When a mortgage has become valueless as security, without [6, 7] fault of the mortgagee, the holder is without security and free to sue on the note or notes once secured by mortgage. ( Harri v. Farmers' Co-operative Co., 69 Mont. 149, 223 P. 109; Dyer Law Collection Co. v. Abbott, 52 Cal.App. 545, 199 P. 340.) It is so in the case at bar. The fact that the mortgagors or their vendee permitted the land to be sold for taxes and that the ultimate purchaser obtained a decree quieting title in him we do not consider to be the fault of the mortgagee or its assignee, especially when there is no proof that the mortgagee or its assignee had knowledge of the delinquency of taxes. Under the mortgage in question, it was the duty of the mortgagors to keep paid the taxes on the mortgaged land or see that it was done. (1 Jones on Mortgages, 7th ed., 89.) The mortgage says, "the parties of the first part [the mortgagors] hereby covenant and agree with the party of the second part [the mortgagee] * * * to pay all taxes, assessments and charges of every character which may become a lien on said real estate." They did not do it. In violation of their covenant, they let the property become lost for non-payment of taxes. It was their fault and they must suffer the consequences. The judgment-roll, proven by certified copy admitted in evidence, establishes all of the allegations of plaintiff's replies as to the sale of the land for delinquent taxes and ultimate acquirement thereof by Soren Helde, who obtained decree quieting title in him.

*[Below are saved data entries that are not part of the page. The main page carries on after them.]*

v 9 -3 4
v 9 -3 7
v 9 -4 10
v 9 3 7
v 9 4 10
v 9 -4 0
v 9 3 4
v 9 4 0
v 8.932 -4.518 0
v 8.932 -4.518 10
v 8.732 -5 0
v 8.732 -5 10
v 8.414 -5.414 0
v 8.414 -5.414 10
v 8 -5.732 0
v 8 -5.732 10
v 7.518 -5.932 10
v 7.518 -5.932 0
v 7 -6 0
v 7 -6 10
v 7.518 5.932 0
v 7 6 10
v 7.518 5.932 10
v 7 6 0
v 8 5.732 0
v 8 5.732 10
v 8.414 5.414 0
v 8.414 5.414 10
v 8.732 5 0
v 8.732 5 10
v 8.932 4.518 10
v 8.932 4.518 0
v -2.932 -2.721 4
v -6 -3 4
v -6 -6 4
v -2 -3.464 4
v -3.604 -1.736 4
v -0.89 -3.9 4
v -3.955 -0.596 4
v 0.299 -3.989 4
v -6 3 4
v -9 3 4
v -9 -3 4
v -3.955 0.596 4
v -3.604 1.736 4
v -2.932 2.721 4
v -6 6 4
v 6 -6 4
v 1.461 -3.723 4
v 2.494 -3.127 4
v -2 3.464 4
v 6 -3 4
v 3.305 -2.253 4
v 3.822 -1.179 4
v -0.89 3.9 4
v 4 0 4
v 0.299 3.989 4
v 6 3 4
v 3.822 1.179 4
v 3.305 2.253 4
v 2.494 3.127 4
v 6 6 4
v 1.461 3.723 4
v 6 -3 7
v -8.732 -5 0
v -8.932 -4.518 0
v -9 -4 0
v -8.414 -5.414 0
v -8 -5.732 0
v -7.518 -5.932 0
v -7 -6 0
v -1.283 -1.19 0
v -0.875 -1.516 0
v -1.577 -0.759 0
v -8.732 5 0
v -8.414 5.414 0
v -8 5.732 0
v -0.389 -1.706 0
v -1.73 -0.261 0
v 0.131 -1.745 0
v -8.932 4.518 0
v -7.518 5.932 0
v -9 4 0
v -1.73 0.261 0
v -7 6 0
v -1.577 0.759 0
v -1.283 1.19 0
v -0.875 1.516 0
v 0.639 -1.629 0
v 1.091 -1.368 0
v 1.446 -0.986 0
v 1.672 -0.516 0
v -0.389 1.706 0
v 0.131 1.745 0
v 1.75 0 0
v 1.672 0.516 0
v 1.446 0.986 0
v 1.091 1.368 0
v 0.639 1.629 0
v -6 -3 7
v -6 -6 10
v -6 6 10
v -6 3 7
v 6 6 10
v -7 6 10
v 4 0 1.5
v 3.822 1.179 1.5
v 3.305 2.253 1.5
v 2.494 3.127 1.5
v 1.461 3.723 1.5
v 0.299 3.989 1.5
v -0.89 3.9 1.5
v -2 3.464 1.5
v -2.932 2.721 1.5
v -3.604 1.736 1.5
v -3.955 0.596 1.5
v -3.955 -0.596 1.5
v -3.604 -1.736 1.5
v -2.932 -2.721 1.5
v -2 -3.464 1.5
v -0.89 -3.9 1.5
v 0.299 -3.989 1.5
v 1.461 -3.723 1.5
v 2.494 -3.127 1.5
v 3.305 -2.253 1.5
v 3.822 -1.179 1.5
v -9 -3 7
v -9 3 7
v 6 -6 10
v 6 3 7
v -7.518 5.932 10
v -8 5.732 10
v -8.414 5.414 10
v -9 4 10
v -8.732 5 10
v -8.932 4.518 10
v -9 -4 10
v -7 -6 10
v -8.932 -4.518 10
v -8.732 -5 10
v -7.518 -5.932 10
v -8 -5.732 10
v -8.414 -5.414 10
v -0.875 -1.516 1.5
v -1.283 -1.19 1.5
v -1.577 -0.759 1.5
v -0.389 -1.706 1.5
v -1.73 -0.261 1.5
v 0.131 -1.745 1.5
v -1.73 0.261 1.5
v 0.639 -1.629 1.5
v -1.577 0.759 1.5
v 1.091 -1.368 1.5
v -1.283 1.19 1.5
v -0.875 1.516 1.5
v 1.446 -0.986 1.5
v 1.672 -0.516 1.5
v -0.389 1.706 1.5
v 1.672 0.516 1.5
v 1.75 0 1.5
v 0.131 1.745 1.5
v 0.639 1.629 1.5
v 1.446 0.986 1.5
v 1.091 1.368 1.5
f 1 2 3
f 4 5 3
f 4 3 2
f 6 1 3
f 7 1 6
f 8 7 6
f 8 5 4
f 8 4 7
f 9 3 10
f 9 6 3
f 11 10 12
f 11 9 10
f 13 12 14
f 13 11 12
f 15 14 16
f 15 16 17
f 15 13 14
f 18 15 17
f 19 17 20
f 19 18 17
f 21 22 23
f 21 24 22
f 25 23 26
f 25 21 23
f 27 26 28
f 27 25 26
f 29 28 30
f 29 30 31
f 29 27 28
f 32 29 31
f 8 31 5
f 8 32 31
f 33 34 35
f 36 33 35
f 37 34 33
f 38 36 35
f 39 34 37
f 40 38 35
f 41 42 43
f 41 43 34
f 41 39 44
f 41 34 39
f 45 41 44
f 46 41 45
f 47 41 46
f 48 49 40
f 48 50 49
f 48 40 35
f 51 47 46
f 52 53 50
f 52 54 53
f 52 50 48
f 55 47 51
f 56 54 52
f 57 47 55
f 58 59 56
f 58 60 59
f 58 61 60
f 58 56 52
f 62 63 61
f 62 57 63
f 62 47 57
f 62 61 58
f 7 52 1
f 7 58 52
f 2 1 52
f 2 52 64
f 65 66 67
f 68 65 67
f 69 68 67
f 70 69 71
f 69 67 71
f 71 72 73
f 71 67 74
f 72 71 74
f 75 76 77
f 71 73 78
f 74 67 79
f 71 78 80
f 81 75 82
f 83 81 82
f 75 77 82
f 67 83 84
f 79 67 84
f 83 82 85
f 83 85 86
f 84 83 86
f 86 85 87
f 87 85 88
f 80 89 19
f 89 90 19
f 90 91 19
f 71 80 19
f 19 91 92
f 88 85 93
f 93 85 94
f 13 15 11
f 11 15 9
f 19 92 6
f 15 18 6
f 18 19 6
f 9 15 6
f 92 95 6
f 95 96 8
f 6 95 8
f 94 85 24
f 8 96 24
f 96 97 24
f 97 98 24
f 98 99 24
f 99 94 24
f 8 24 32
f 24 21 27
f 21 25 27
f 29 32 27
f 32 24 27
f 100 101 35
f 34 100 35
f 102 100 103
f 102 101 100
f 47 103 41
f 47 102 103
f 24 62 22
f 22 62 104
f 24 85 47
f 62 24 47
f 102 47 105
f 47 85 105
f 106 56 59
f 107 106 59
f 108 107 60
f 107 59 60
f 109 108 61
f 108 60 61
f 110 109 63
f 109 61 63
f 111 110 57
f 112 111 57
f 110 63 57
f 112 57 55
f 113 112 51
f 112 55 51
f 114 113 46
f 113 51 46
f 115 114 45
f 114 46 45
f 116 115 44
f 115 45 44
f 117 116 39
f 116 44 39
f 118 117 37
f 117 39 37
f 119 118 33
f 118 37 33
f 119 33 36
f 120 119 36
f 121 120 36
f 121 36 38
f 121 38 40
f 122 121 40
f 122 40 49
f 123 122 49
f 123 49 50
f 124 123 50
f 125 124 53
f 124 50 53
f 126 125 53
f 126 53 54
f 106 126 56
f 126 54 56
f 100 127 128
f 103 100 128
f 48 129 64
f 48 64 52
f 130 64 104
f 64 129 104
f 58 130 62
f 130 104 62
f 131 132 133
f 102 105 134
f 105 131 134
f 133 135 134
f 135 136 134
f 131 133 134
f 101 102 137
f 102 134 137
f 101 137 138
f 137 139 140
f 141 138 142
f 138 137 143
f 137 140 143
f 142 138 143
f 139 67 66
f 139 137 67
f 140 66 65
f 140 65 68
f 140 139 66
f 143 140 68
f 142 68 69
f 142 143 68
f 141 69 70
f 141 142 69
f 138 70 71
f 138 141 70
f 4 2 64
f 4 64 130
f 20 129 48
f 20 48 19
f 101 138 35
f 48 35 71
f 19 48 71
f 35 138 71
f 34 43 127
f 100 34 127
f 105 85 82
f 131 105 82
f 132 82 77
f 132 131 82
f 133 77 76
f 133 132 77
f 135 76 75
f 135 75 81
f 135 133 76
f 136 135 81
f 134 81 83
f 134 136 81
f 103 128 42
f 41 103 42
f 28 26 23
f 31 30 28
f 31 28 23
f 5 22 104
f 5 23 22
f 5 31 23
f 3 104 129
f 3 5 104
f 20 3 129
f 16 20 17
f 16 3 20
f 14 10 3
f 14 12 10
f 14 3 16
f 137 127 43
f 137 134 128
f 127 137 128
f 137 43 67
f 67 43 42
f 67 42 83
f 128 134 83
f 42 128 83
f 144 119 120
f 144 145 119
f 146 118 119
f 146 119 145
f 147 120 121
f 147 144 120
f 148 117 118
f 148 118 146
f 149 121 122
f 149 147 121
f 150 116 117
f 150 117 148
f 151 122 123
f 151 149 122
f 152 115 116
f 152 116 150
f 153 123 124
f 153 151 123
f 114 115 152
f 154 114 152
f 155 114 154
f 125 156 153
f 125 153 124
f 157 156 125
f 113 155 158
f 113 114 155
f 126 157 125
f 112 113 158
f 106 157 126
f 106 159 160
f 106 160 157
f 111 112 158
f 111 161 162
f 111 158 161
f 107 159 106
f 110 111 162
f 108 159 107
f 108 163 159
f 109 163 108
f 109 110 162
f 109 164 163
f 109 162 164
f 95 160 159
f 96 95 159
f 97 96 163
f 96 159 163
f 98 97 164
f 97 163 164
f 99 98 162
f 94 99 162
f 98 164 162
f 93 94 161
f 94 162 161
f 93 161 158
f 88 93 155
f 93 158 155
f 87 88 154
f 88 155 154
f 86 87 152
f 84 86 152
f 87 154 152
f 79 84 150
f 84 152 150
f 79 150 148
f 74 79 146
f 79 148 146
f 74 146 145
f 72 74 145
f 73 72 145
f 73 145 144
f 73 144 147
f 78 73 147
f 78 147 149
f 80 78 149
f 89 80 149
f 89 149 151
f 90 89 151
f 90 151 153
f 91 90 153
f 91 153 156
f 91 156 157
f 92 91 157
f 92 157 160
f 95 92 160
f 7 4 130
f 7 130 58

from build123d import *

# Parameters (mm, degrees)
SKETCH1_W           = 18
SKETCH1_H           = 12
BOSS_EXTRUDE1_DEPTH = 4
BOSS_EXTRUDE2_DEPTH = 3
SKETCH3_R           = 1.75
CUT_EXTRUDE1_DEPTH  = 13.369316877
SKETCH4_R           = 4
CUT_EXTRUDE2_DEPTH  = 2.5
FILLET1_R           = 2


with BuildPart() as part:
    # Sketch1 → Boss-Extrude1 (new body)
    with BuildSketch(Plane.XY):
        Rectangle(SKETCH1_W, SKETCH1_H)
    extrude(amount=BOSS_EXTRUDE1_DEPTH)

    # Sketch2 → Boss-Extrude2 (add)
    with BuildSketch(Plane(origin=(9, 0, 0), x_dir=(0, 0, -1), z_dir=(1, 0, 0))):
        Polygon((-4, 6), (-10, 6), (-10, -6), (-4, -6), (-4, -3), (-7, -3), (-7, 3), (-4, 3), align=None)
    boss_extrude2 = extrude(amount=-BOSS_EXTRUDE2_DEPTH)

    # Mirror1: Boss-Extrude2 across plane
    add(boss_extrude2.mirror(Plane(origin=(0, 0, 0), x_dir=(0, 0, 1), z_dir=(1, 0, 0))))

    # Sketch3 → Cut-Extrude1 (cut, through all)
    with BuildSketch(Plane.XY.offset(4)):
        Circle(SKETCH3_R)
    extrude(amount=-CUT_EXTRUDE1_DEPTH, mode=Mode.SUBTRACT)

    # Sketch4 → Cut-Extrude2 (cut)
    with BuildSketch(Plane.XY.offset(4)):
        Circle(SKETCH4_R)
    extrude(amount=-CUT_EXTRUDE2_DEPTH, mode=Mode.SUBTRACT)

    # Fillet1
    fillet1_edges = [part.edges().sort_by_distance(p)[0] for p in [
        (-9, 6, 5),
        (9, 6, 5),
        (9, -6, 5),
        (-9, -6, 5),
    ]]
    fillet(fillet1_edges, radius=FILLET1_R)


solid = part.part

As to the allegations of the answers that no demand had been  made upon Defendant C.P. Hulbert or his wife, in her lifetime, or presentment, to either, for payment of the notes, they do not constitute a defense. Defendant C.P. Hulbert and his wife were the makers of the notes. In this state no demand of or presentment to a maker of a note is necessary before action upon it against the maker. (Sec. 8477, Rev. Codes, 1921.)

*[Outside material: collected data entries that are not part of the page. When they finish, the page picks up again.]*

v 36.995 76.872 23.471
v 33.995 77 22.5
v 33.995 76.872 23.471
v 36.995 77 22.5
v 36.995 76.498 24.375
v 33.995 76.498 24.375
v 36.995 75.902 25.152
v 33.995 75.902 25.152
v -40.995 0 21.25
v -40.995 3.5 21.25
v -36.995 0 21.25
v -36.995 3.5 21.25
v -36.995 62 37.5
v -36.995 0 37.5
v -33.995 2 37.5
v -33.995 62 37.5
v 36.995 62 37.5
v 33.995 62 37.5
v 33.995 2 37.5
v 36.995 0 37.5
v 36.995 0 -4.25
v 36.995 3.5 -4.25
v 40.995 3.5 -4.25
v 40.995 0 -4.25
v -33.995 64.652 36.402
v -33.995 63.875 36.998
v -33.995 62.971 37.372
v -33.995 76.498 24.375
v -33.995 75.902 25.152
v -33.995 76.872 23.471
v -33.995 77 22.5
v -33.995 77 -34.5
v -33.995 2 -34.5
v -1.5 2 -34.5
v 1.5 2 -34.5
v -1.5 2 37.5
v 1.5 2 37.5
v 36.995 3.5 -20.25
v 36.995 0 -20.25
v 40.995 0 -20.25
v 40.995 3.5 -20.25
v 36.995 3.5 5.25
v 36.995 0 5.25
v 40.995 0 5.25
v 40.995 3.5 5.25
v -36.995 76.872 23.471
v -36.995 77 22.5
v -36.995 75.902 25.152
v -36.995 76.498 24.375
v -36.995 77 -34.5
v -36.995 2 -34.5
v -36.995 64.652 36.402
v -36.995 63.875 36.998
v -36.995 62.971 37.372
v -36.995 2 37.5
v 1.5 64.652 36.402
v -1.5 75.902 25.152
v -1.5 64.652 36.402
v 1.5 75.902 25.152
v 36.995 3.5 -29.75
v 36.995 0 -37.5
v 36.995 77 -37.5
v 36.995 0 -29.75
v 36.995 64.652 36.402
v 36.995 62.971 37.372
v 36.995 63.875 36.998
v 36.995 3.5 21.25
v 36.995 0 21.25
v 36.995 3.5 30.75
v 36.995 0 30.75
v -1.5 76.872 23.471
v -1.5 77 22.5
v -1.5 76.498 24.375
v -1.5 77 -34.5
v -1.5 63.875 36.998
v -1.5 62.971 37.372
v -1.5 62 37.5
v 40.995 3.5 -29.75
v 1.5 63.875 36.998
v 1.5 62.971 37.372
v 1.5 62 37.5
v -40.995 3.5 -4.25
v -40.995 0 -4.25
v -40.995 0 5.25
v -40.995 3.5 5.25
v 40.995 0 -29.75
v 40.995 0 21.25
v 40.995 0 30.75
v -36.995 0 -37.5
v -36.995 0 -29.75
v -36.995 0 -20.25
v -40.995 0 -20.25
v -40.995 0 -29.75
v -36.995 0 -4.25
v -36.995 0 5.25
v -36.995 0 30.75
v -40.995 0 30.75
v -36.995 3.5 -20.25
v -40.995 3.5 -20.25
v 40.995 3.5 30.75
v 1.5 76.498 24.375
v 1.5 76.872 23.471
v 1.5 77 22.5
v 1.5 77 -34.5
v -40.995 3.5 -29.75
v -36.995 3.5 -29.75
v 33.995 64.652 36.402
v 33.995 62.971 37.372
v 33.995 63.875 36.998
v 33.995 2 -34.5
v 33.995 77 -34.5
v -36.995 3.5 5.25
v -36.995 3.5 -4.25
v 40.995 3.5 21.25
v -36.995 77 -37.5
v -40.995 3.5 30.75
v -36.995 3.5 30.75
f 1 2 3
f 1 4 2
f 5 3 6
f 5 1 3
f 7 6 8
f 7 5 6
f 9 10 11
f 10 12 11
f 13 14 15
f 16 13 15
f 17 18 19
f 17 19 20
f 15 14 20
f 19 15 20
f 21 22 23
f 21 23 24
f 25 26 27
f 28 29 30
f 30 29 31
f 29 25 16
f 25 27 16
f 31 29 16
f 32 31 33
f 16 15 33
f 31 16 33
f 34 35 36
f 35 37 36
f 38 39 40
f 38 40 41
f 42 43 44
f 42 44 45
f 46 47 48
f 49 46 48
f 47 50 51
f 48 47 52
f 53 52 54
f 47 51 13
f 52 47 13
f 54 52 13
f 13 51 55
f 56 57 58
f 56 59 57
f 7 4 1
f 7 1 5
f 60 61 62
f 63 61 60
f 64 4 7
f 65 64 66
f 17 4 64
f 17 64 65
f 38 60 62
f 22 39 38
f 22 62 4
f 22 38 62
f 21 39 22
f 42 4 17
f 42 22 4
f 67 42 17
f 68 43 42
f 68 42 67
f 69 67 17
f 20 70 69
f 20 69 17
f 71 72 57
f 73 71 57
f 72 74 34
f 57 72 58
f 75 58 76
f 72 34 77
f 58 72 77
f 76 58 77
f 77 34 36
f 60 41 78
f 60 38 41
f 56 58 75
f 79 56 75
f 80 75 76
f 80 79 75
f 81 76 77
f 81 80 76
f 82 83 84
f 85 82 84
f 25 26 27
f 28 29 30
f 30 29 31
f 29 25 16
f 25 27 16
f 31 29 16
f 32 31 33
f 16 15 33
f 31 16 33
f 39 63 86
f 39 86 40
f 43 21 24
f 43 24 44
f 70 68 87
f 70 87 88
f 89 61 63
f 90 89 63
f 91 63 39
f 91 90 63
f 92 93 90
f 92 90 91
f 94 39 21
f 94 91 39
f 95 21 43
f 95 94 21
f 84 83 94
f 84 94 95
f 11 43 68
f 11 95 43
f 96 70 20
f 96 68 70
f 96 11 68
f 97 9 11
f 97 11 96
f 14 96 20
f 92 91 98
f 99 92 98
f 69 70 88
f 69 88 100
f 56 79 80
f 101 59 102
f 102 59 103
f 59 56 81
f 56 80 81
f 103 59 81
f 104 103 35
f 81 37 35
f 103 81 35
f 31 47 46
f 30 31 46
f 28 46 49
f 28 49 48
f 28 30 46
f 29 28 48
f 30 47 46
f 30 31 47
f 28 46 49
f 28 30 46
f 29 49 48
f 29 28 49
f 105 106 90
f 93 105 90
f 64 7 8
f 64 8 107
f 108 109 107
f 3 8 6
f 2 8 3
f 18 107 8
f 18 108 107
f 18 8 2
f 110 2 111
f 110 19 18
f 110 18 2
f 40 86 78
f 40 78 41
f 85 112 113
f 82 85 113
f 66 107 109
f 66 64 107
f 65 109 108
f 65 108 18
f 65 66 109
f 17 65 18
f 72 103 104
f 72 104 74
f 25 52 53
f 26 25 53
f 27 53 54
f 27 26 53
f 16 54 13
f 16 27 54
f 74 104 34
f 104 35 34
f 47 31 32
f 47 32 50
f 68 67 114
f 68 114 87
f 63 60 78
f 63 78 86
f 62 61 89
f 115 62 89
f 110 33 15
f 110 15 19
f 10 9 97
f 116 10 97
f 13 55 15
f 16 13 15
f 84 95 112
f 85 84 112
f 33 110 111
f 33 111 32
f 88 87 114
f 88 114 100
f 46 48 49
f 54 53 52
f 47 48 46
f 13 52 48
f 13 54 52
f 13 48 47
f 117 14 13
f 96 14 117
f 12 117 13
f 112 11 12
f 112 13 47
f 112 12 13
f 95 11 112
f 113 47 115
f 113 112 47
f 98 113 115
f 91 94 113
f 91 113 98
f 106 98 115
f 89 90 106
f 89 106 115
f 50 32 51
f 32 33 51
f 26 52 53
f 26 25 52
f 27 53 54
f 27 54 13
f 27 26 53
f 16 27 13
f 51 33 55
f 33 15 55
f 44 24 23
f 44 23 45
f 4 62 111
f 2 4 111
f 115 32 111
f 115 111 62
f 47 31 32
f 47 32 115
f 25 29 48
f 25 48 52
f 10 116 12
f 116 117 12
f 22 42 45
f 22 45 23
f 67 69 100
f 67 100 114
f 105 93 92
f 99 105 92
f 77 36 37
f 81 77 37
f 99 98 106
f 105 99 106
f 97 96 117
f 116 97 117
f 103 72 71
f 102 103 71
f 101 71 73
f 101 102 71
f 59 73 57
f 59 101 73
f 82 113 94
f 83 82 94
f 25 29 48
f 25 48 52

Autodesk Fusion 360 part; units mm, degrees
sketch "Base" plane through (0, 0, 0) normal (0, 1, 0) x (1, 0, 0) in component "DDD Wall Control Center Piece Parametric Template"
  line L0 (36.995, -37.5) -> (-36.995, -37.5)
  line L1 (-36.995, -37.5) -> (-36.995, 37.5)
  line L2 (-36.995, 37.5) -> (36.995, 37.5)
  line L3 (36.995, 37.5) -> (36.995, -37.5)
  line L4 (36.995, -37.5) -> (-36.995, 37.5) construction
  line L5 (-36.995, -37.5) -> (36.995, 37.5) construction
  dimension "d1" = 73.99
  dimension "d2" = 75
extrude "Extrude1" add sketch "Base" along normal blind 2 makes body 1 in component "DDD Wall Control Center Piece Parametric Template"
sketch "Mouting Tab" plane through (0, 0, 0) normal (1, 0, 0) x (0, 0, 1) in component "DDD Wall Control Center Piece Parametric Template"
  line L0 (-20.25, -3.5) -> (-29.75, -3.5)
  line L1 (-29.75, -3.5) -> (-29.75, 0)
  line L2 (-29.75, 0) -> (-20.25, 0)
  line L3 (-20.25, 0) -> (-20.25, -3.5)
  line L4 (-20.25, -3.5) -> (-29.75, 0) construction
  line L5 (-29.75, -3.5) -> (-20.25, 0) construction
  line L6 (1.75, 0) -> (22.5, 0)
  point P0 (-25, -1.75)
  dimension "d34" = 9.5
  dimension "d35" = 3.5
  dimension "d147" = 20.25
extrude "Extrude3" add sketch "Mouting Tab" along normal blind 4 from surface at 36.995 bodies 1 in component "DDD Wall Control Center Piece Parametric Template"
extrude "Extrude6" add sketch "Mouting Tab" against normal blind 4 from surface at -36.995 bodies 1 in component "DDD Wall Control Center Piece Parametric Template"
pattern_linear "R-Pattern2" count 1 spacing 177.59 along (0, -1, 0) count 3 spacing 25.5 along (0, 0, 1) of "Extrude6", "Extrude3" in component "DDD Wall Control Center Piece Parametric Template"
sketch "Side and Back Walls" plane through (0, 2, 0) normal (0, 1, 0) x (-1, 0, 0) in component "DDD Wall Control Center Piece Parametric Template"
  line L0 (-36.995, -37.5) -> (36.995, -37.5)
  line L1 (36.995, -37.5) -> (36.995, 37.5)
  line L2 (36.995, 37.5) -> (-36.995, 37.5)
  line L3 (-36.995, 37.5) -> (-36.995, 30.75)
  line L4 (36.995, -37.5) -> (-36.995, -37.5)
  line L5 (-36.995, -37.5) -> (-36.995, -34.5)
  line L6 (-36.995, -34.5) -> (36.995, -34.5)
  line L7 (36.995, -34.5) -> (36.995, -37.5)
  line L8 (-36.995, 37.5) -> (-33.995, 37.5)
  line L9 (-33.995, 37.5) -> (-33.995, -34.5)
  line L10 (-33.995, -34.5) -> (-36.995, -34.5)
  line L11 (-36.995, -34.5) -> (-36.995, 37.5)
  line L12 (36.995, 37.5) -> (33.995, 37.5)
  line L13 (33.995, 37.5) -> (33.995, -34.5)
  line L14 (33.995, -34.5) -> (36.995, -34.5)
  line L15 (36.995, -34.5) -> (36.995, 37.5)
  line L16 (36.995, -29.75) -> (36.995, -20.25)
  line L17 (36.995, -20.25) -> (36.995, -4.25)
  line L18 (36.995, -4.25) -> (36.995, 5.25)
  line L19 (36.995, 5.25) -> (36.995, 21.25)
  line L20 (36.995, 21.25) -> (36.995, 30.75)
  line L21 (36.995, 30.75) -> (36.995, 37.5)
  line L22 (-36.995, 30.75) -> (-36.995, 21.25)
  line L23 (-36.995, 21.25) -> (-36.995, 5.25)
  line L24 (-36.995, 5.25) -> (-36.995, -4.25)
  line L25 (-36.995, -4.25) -> (-36.995, -20.25)
  line L26 (-36.995, -20.25) -> (-36.995, -29.75)
  line L27 (-36.995, -29.75) -> (-36.995, -37.5)
  dimension "d10" = 3
  dimension "d11" = 3
  dimension "d12" = 3
extrude "Extrude7" add sketch "Side and Back Walls" along normal blind 75 contours L0 L1 L4 L5 L6 L7 L10 L14 L27 | L2 L3 L6 L8 L9 L10 L11 L22 L23 L24 L25 L26 L27 | L1 L2 L6 L12 L13 L14 L15 L16 L17 L18 L19 L20 L21 bodies 1 in component "DDD Wall Control Center Piece Parametric Template"
extrude "Extrude11" add sketch "Side and Back Walls" along normal blind 75 separate body contours L1 L2 L6 L12 L13 L14 L15 L16 L17 L18 L19 L20 L21 makes body 2 in component "DDD Wall Control Center Piece Parametric Template"
sketch "Divider Wall" plane through (-33.995, 0, 0) normal (1, 0, 0) x (0, 0, -1) in component "DDD Wall Control Center Piece Parametric Template"
  line L0 (-37.5, 2) -> (34.5, 2)
  line L1 (34.5, 2) -> (34.5, 77)
  line L2 (34.5, 77) -> (-37.5, 77)
  line L3 (-37.5, 77) -> (-37.5, 2)
  line L4 (-22.5, 77) -> (-18.75, 77)
  line L5 (-18.75, 77) -> (-18.75, 58.25)
  line L6 (-18.75, 58.25) -> (-37.5, 58.25)
  line L7 (-37.5, 58.25) -> (-37.5, 62)
  line L8 (-25.1517, 75.9017) -> (-36.4017, 64.6517)
  arc A0 (-22.5, 77) -> (-25.1517, 75.9017) centre (-22.5, 73.25) ccw
  arc A1 (-36.4017, 64.6517) -> (-37.5, 62) centre (-33.75, 62) ccw
  dimension "d59" = 18.75
  dimension "d60" = 18.75
  dimension "d62" = 18.75
  dimension "d63" = 18.75
  dimension "d70" = 3.75
  dimension "d71" = 3.75
  dimension "d72" = 3.75
  dimension "d73" = 3.75
extrude "Extrude12" cut sketch "Divider Wall" along normal up to surface (-3 mm away) and the other way up to surface (-70.99 mm away) contours L2 L3 L8 A0 A1 bodies 1 2 in component "DDD Wall Control Center Piece Parametric Template"
pattern_linear "R-Pattern3" count 1 spacing 0 along (0, -1, 0) count 2 spacing 35.495 along (1, 0, 0) of bodies 2 makes body 3 in component "DDD Wall Control Center Piece Parametric Template"
component "Divider Rack" placed x (1, 0, 0) y (0, 1, 0) z (0, 0, 1) at (0, 0, 0)
component "DDD Wall Control Center Piece Parametric Template" placed x (1, 0, 0) y (0, 1, 0) z (0, 0, 1) at (0, 0, 0) in component "Divider Rack"
equation "d1 = MMCenterPieceWidth"
equation "d2 = CenterPieceDepth"
equation "d3 = CenterPieceThickness"
equation "MMCenterPieceWidth = ( CenterPieceWidthUnits * 25.4 mm ) - 2.21 mm"
equation "CenterPieceDepth = 75 mm"
equation "CenterPieceThickness = 2 mm"
equation "d147 = CenterPieceDepth / 2 - 17.25 mm"
equation "DividerWallThickness = 3 mm"
equation "d10 = DividerWallThickness"
equation "d11 = DividerWallThickness"
equation "d12 = DividerWallThickness"
equation "DividerWallHeigth = 75 mm"
equation "d14 = DividerWallHeigth"
equation "DividerWallBevel = DividerWallHeigth - ( DividerWallHeigth * 0.75 )"
equation "d51 = DividerWallHeigth"
equation "d59 = DividerWallBevel"
equation "d60 = DividerWallBevel"
equation "d62 = DividerWallBevel"
equation "d63 = DividerWallBevel"
equation "MeasurementBetweenWalls = DividerWallSpacing - DividerWallThickness"
equation "d70 = DividerWallBevel / 5"
equation "d71 = DividerWallBevel / 5"
equation "d72 = DividerWallBevel / 5"
equation "d73 = DividerWallBevel / 5"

We hold that the trial court erred in rendering its judgment. Judgment for plaintiff should have been rendered; the pleadings and the evidence justified and required it. Having arrived at that conclusion, it is not necessary now to consider the first specification of error assigned.
It appears that all of the evidence which could have been introduced or which was necessary or material was introduced and admitted and is before us. Therefore, for the reasons herein given, the judgment is reversed and the cause remanded, with direction to the district court to render judgment for plaintiff, for the amount found to be due, at date of judgment, as principal and interest, on the notes sued upon.
Reversed and remanded.
MR. CHIEF JUSTICE CALLAWAY and ASSOCIATE JUSTICES MATTHEWS and GALEN concur.